**What needs to be done**
In the entries below, find the line with "f 167 166 243" and the line with "f 65 228 227". Print those two and everything between them exactly, and nothing else.

━━━━

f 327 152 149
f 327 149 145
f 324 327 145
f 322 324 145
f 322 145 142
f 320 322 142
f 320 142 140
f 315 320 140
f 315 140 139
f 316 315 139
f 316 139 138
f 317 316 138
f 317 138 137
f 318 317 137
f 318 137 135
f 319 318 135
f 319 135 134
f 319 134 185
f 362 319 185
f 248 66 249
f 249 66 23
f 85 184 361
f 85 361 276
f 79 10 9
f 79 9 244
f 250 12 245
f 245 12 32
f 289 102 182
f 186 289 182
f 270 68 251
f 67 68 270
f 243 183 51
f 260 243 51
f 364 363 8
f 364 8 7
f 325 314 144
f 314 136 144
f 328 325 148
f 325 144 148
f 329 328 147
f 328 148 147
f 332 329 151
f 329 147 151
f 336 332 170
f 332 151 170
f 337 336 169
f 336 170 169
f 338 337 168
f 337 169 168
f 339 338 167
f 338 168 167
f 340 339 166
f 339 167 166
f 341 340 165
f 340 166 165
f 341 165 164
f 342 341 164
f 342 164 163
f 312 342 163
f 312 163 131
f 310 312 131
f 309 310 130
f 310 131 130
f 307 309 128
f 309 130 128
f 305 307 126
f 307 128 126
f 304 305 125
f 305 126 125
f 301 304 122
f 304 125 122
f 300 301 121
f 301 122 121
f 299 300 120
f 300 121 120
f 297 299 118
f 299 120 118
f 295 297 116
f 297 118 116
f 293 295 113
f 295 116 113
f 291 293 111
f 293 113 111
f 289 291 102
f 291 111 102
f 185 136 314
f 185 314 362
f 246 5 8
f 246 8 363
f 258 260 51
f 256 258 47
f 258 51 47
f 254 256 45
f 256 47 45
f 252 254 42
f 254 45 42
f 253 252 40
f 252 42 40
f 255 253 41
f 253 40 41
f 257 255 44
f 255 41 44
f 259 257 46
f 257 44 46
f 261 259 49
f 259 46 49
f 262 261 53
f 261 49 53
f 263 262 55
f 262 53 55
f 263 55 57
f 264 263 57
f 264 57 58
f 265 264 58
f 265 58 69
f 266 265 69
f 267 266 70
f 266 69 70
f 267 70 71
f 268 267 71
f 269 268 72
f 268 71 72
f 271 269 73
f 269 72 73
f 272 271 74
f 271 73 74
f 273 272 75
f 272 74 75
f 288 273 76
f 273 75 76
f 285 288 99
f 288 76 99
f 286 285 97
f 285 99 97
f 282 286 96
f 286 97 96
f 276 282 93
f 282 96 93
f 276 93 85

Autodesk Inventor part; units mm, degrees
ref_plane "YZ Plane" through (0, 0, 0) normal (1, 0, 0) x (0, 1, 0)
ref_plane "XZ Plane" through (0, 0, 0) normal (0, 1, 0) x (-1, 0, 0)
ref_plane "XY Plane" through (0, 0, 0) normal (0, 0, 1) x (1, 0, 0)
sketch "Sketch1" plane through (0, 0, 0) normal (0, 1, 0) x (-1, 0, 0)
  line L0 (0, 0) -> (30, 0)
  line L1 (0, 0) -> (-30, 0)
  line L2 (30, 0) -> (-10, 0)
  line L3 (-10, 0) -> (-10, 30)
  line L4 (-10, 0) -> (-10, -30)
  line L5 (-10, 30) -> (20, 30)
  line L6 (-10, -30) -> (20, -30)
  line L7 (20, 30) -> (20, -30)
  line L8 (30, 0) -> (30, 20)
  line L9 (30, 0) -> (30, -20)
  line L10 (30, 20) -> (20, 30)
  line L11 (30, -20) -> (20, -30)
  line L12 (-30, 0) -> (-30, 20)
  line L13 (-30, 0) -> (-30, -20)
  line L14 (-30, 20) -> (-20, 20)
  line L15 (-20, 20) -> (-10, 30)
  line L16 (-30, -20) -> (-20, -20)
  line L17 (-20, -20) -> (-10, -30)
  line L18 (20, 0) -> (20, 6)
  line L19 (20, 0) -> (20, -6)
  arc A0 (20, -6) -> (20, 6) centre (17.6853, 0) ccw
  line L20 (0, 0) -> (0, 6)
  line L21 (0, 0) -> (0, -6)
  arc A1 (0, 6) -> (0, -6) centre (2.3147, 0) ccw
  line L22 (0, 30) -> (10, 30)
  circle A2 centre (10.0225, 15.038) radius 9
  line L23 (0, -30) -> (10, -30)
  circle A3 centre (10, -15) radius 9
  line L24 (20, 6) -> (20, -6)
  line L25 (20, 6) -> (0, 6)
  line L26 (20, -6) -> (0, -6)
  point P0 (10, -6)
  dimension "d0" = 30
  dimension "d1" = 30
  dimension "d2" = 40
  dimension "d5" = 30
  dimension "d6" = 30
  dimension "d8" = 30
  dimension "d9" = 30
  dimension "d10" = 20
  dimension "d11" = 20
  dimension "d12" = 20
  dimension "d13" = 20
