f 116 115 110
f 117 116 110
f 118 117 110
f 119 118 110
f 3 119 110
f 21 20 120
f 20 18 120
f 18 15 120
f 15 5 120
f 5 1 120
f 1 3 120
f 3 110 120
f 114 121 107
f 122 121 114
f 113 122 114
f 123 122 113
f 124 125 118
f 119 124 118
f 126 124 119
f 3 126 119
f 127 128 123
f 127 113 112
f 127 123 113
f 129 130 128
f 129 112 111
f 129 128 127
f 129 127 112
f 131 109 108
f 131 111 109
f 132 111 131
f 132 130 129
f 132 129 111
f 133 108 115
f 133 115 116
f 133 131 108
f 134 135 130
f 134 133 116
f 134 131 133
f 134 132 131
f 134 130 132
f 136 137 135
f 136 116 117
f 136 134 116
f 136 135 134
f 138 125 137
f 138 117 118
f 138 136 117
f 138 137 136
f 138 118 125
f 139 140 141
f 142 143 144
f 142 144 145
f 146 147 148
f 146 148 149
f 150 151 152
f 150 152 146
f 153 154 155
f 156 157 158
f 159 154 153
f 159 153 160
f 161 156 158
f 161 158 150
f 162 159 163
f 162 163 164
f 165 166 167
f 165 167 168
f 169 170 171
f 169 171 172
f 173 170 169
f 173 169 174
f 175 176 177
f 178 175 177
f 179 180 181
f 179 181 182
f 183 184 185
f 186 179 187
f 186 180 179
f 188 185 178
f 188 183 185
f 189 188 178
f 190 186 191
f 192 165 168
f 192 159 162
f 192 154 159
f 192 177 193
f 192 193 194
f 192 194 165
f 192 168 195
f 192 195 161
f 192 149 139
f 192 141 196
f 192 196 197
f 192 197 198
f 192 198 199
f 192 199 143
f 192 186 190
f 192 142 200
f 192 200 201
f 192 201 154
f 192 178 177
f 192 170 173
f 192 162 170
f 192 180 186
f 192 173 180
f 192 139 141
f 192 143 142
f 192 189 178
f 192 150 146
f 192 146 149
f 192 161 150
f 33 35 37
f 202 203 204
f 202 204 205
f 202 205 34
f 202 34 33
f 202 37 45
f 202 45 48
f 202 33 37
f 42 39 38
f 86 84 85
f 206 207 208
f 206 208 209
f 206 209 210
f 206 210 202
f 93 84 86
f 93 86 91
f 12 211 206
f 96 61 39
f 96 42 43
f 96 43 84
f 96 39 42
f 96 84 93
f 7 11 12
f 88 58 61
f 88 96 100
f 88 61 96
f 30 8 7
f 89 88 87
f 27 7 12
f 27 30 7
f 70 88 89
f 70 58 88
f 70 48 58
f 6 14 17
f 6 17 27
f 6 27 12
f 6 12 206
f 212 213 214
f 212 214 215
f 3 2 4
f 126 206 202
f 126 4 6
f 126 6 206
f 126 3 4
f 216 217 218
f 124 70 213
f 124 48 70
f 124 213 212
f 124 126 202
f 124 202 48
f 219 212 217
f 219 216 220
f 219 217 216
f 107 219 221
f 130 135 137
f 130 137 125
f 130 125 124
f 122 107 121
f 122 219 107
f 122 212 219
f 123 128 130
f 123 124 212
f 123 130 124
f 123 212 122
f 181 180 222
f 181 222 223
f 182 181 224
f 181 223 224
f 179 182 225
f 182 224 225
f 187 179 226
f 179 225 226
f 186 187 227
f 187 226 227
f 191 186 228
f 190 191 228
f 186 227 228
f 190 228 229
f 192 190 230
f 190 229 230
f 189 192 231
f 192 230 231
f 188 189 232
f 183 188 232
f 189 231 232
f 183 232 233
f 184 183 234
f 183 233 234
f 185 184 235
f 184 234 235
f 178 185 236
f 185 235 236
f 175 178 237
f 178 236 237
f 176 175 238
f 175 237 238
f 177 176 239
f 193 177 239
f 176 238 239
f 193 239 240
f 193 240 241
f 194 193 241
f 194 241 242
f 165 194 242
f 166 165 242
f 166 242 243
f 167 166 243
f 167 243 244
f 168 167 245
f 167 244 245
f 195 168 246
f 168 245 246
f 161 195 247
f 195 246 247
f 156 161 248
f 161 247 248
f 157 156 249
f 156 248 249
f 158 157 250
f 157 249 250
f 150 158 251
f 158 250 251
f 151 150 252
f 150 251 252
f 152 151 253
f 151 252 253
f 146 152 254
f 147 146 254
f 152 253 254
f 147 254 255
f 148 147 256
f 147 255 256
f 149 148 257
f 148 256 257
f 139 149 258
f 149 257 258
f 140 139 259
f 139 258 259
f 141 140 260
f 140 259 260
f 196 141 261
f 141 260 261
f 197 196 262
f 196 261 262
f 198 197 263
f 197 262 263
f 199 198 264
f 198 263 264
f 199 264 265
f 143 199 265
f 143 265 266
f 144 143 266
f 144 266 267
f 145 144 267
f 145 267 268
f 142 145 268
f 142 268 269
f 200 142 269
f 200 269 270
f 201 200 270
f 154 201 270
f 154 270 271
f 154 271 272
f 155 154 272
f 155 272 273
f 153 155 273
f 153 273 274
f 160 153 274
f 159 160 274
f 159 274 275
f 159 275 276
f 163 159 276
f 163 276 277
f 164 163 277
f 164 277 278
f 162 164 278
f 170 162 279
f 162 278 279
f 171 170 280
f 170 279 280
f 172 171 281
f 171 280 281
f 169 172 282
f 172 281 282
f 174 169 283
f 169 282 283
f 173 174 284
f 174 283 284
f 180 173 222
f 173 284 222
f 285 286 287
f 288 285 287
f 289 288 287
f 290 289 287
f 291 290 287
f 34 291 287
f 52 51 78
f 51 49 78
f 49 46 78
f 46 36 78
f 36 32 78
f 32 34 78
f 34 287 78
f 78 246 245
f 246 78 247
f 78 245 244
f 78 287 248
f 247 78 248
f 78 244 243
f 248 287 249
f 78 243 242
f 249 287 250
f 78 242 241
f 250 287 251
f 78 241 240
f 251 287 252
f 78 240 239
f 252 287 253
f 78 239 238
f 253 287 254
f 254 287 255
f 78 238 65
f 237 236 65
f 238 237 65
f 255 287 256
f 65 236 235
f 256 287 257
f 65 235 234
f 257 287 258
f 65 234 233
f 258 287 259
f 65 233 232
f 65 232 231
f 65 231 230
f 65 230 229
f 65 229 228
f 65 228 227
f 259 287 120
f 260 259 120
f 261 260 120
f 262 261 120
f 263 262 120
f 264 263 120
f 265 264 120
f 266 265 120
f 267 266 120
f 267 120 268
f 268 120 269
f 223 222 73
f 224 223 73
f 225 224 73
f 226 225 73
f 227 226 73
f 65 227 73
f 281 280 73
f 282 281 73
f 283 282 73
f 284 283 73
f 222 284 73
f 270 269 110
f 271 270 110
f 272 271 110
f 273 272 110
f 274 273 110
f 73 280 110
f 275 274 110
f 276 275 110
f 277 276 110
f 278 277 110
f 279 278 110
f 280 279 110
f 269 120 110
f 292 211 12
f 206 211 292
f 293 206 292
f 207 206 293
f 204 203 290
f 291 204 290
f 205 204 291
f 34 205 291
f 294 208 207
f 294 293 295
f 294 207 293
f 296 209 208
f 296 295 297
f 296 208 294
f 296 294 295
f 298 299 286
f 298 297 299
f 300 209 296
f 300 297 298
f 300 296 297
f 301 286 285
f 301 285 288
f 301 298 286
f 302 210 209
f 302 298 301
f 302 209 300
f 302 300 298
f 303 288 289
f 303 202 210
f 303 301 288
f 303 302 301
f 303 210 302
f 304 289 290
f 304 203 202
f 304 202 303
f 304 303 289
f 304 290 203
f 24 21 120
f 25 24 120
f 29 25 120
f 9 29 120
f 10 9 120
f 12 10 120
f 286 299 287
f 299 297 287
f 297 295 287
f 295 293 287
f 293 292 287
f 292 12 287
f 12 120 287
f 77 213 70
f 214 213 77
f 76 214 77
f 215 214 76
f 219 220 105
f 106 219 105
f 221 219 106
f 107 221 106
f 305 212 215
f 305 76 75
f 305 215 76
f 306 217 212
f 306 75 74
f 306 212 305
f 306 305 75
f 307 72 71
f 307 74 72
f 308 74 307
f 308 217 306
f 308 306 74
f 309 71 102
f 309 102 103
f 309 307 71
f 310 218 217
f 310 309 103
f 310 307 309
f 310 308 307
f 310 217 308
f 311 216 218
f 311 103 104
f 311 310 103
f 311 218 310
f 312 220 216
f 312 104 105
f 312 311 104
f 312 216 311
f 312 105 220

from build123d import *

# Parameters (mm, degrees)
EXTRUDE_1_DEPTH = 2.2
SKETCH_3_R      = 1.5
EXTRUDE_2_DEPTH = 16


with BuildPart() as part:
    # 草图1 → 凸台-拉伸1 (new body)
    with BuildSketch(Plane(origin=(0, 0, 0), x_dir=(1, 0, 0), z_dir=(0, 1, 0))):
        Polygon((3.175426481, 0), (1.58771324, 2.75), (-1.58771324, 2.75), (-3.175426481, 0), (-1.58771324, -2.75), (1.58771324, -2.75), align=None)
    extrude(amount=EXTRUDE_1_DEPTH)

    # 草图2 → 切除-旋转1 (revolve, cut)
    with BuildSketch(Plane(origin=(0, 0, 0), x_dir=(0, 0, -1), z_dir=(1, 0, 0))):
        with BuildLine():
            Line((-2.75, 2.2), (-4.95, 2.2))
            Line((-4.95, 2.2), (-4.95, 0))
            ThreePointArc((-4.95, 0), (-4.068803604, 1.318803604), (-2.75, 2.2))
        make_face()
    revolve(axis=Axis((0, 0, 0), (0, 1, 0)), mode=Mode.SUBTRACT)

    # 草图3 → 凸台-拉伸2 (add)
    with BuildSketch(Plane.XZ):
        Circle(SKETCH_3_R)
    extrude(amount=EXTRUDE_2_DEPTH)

━━━━

**Exercise solution**
f 167 166 243
f 167 243 244
f 168 167 245
f 167 244 245
f 195 168 246
f 168 245 246
f 161 195 247
f 195 246 247
f 156 161 248
f 161 247 248
f 157 156 249
f 156 248 249
f 158 157 250
f 157 249 250
f 150 158 251
f 158 250 251
f 151 150 252
f 150 251 252
f 152 151 253
f 151 252 253
f 146 152 254
f 147 146 254
f 152 253 254
f 147 254 255
f 148 147 256
f 147 255 256
f 149 148 257
f 148 256 257
f 139 149 258
f 149 257 258
f 140 139 259
f 139 258 259
f 141 140 260
f 140 259 260
f 196 141 261
f 141 260 261
f 197 196 262
f 196 261 262
f 198 197 263
f 197 262 263
f 199 198 264
f 198 263 264
f 199 264 265
f 143 199 265
f 143 265 266
f 144 143 266
f 144 266 267
f 145 144 267
f 145 267 268
f 142 145 268
f 142 268 269
f 200 142 269
f 200 269 270
f 201 200 270
f 154 201 270
f 154 270 271
f 154 271 272
f 155 154 272
f 155 272 273
f 153 155 273
f 153 273 274
f 160 153 274
f 159 160 274
f 159 274 275
f 159 275 276
f 163 159 276
f 163 276 277
f 164 163 277
f 164 277 278
f 162 164 278
f 170 162 279
f 162 278 279
f 171 170 280
f 170 279 280
f 172 171 281
f 171 280 281
f 169 172 282
f 172 281 282
f 174 169 283
f 169 282 283
f 173 174 284
f 174 283 284
f 180 173 222
f 173 284 222
f 285 286 287
f 288 285 287
f 289 288 287
f 290 289 287
f 291 290 287
f 34 291 287
f 52 51 78
f 51 49 78
f 49 46 78
f 46 36 78
f 36 32 78
f 32 34 78
f 34 287 78
f 78 246 245
f 246 78 247
f 78 245 244
f 78 287 248
f 247 78 248
f 78 244 243
f 248 287 249
f 78 243 242
f 249 287 250
f 78 242 241
f 250 287 251
f 78 241 240
f 251 287 252
f 78 240 239
f 252 287 253
f 78 239 238
f 253 287 254
f 254 287 255
f 78 238 65
f 237 236 65
f 238 237 65
f 255 287 256
f 65 236 235
f 256 287 257
f 65 235 234
f 257 287 258
f 65 234 233
f 258 287 259
f 65 233 232
f 65 232 231
f 65 231 230
f 65 230 229
f 65 229 228
f 65 228 227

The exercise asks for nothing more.